«Pour peu que vous le vouliez, dit Benito, nous planterons des arbres sur la jangada!
Oh! des arbres! répondit Minha.
—Pourquoi pas? reprit Manoel. Transportés avec de bonne terre sur cette solide plate-forme, je suis certain qu'ils prospéreraient, d'autant mieux qu'il n'y a pas de changements de climat à craindre pour eux, puisque l'Amazone court invariablement sous le même parallèle!
—D'ailleurs, répondit Benito, est-ce que le fleuve ne charrie pas chaque jour des îlots de verdure, arrachés aux berges des îles et du fleuve? Ne passent-ils pas avec leurs arbres, leurs bosquets, leurs buissons, leurs rochers, leurs prairies, pour aller, à huit cents lieues d'ici, se perdre dans l'Atlantique? Pourquoi donc notre jangada ne se transformerait-elle pas en un jardin flottant?

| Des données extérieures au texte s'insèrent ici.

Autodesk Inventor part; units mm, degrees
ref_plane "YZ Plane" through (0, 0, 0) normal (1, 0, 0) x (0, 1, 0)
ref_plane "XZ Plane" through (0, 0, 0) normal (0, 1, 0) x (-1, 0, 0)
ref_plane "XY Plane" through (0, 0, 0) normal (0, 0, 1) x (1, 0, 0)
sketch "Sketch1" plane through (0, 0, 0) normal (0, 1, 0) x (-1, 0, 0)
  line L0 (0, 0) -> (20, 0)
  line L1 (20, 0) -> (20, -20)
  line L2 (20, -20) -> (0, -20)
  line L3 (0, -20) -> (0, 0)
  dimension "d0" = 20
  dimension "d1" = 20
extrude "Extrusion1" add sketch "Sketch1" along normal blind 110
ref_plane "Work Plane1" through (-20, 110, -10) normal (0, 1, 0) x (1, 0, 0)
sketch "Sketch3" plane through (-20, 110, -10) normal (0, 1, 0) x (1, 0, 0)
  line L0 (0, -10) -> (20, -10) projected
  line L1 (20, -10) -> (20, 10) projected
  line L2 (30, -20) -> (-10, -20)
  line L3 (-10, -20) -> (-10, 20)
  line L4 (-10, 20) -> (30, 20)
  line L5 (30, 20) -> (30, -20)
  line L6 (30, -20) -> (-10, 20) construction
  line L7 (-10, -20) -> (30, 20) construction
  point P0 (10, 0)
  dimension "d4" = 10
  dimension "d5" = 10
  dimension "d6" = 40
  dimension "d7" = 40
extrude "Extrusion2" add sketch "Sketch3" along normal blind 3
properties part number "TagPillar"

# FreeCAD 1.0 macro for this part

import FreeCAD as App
import Part
import Sketcher
from FreeCAD import Vector

doc = App.newDocument("Part")
params = doc.addObject("Spreadsheet::Sheet", "Params")
for row, (alias, value) in enumerate([
    ("sketch1_width", "20 mm"),
    ("pad1_length", "110 mm"),
    ("sketch2_width", "40 mm"),
    ("pad2_length", "3 mm"),
], start=1):
    params.set(f"A{row}", alias)
    params.set(f"B{row}", "=" + value)
    params.setAlias(f"B{row}", alias)

body = doc.addObject("PartDesign::Body", "Body")

sketch1 = body.newObject("Sketcher::SketchObject", "Sketch")
sketch1.AttachmentSupport = (doc.getObject("XZ_Plane"), [""])
sketch1.MapMode = "FlatFace"
sketch1.addGeometry(Part.LineSegment(Vector(-20, 0, 0), Vector(0, 0, 0)), False)
sketch1.addGeometry(Part.LineSegment(Vector(0, 0, 0), Vector(0, -20, 0)), False)
sketch1.addGeometry(Part.LineSegment(Vector(0, -20, 0), Vector(-20, -20, 0)), False)
sketch1.addGeometry(Part.LineSegment(Vector(-20, -20, 0), Vector(-20, 0, 0)), False)
sketch1.addConstraint(Sketcher.Constraint("Coincident", 0, 2, 1, 1))
sketch1.addConstraint(Sketcher.Constraint("Coincident", 1, 2, 2, 1))
sketch1.addConstraint(Sketcher.Constraint("Coincident", 2, 2, 3, 1))
sketch1.addConstraint(Sketcher.Constraint("Coincident", 3, 2, 0, 1))
sketch1.addConstraint(Sketcher.Constraint("Horizontal", 0))
sketch1.addConstraint(Sketcher.Constraint("Vertical", 1))
sketch1.addConstraint(Sketcher.Constraint("Horizontal", 2))
sketch1.addConstraint(Sketcher.Constraint("Vertical", 3))
sketch1.addConstraint(Sketcher.Constraint("Coincident", 0, 2, -1, 1))
sketch1.addConstraint(Sketcher.Constraint("Equal", 2, 1))
sketch1.addConstraint(Sketcher.Constraint("DistanceX", 0, 1, 0, 2, 20.0))
sketch1.setExpression("Constraints[10]", "Params.sketch1_width")
pad1 = body.newObject("PartDesign::Pad", "Pad")
pad1.Profile = sketch1
pad1.setExpression("Length", "Params.pad1_length")
pad1.Reversed = True

sketch2 = body.newObject("Sketcher::SketchObject", "Sketch001")
sketch2.AttachmentSupport = (doc.getObject("XZ_Plane"), [""])
sketch2.MapMode = "FlatFace"
sketch2.AttachmentOffset = App.Placement(Vector(0, 0, -110), App.Rotation())
sketch2.addGeometry(Part.LineSegment(Vector(-30, 10, 0), Vector(10, 10, 0)), False)
sketch2.addGeometry(Part.LineSegment(Vector(10, 10, 0), Vector(10, -30, 0)), False)
sketch2.addGeometry(Part.LineSegment(Vector(10, -30, 0), Vector(-30, -30, 0)), False)
sketch2.addGeometry(Part.LineSegment(Vector(-30, -30, 0), Vector(-30, 10, 0)), False)
sketch2.addConstraint(Sketcher.Constraint("Coincident", 0, 2, 1, 1))
sketch2.addConstraint(Sketcher.Constraint("Coincident", 1, 2, 2, 1))
sketch2.addConstraint(Sketcher.Constraint("Coincident", 2, 2, 3, 1))
sketch2.addConstraint(Sketcher.Constraint("Coincident", 3, 2, 0, 1))
sketch2.addConstraint(Sketcher.Constraint("Horizontal", 0))
sketch2.addConstraint(Sketcher.Constraint("Vertical", 1))
sketch2.addConstraint(Sketcher.Constraint("Horizontal", 2))
sketch2.addConstraint(Sketcher.Constraint("Vertical", 3))
sketch2.addConstraint(Sketcher.Constraint("Equal", 2, 1))
sketch2.addConstraint(Sketcher.Constraint("DistanceX", 0, 1, 0, 2, 40.0))
sketch2.addConstraint(Sketcher.Constraint("DistanceX", -1, 1, 0, 2, 10.0))
sketch2.addConstraint(Sketcher.Constraint("DistanceY", -1, 1, 0, 2, 10.0))
sketch2.setExpression("Constraints[9]", "Params.sketch2_width")
pad2 = body.newObject("PartDesign::Pad", "Pad001")
pad2.Profile = sketch2
pad2.setExpression("Length", "Params.pad2_length")
pad2.Reversed = True

doc.recompute()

—Voulez-vous une forêt, mademoiselle Lina? dit Fragoso, qui ne doutait de rien.
—Oui! une forêt! s'écria la jeune mulâtresse, une forêt avec ses oiseaux, ses singes!…
—Ses serpents, ses jaguars!… répliqua Benito.
—Ses Indiens, ses tribus nomades!… dit Manoel.
—Et même ses anthropophages!
—Mais où allez-vous donc, Fragoso? s'écria Minha, en voyant l'alerte barbier remonter la berge.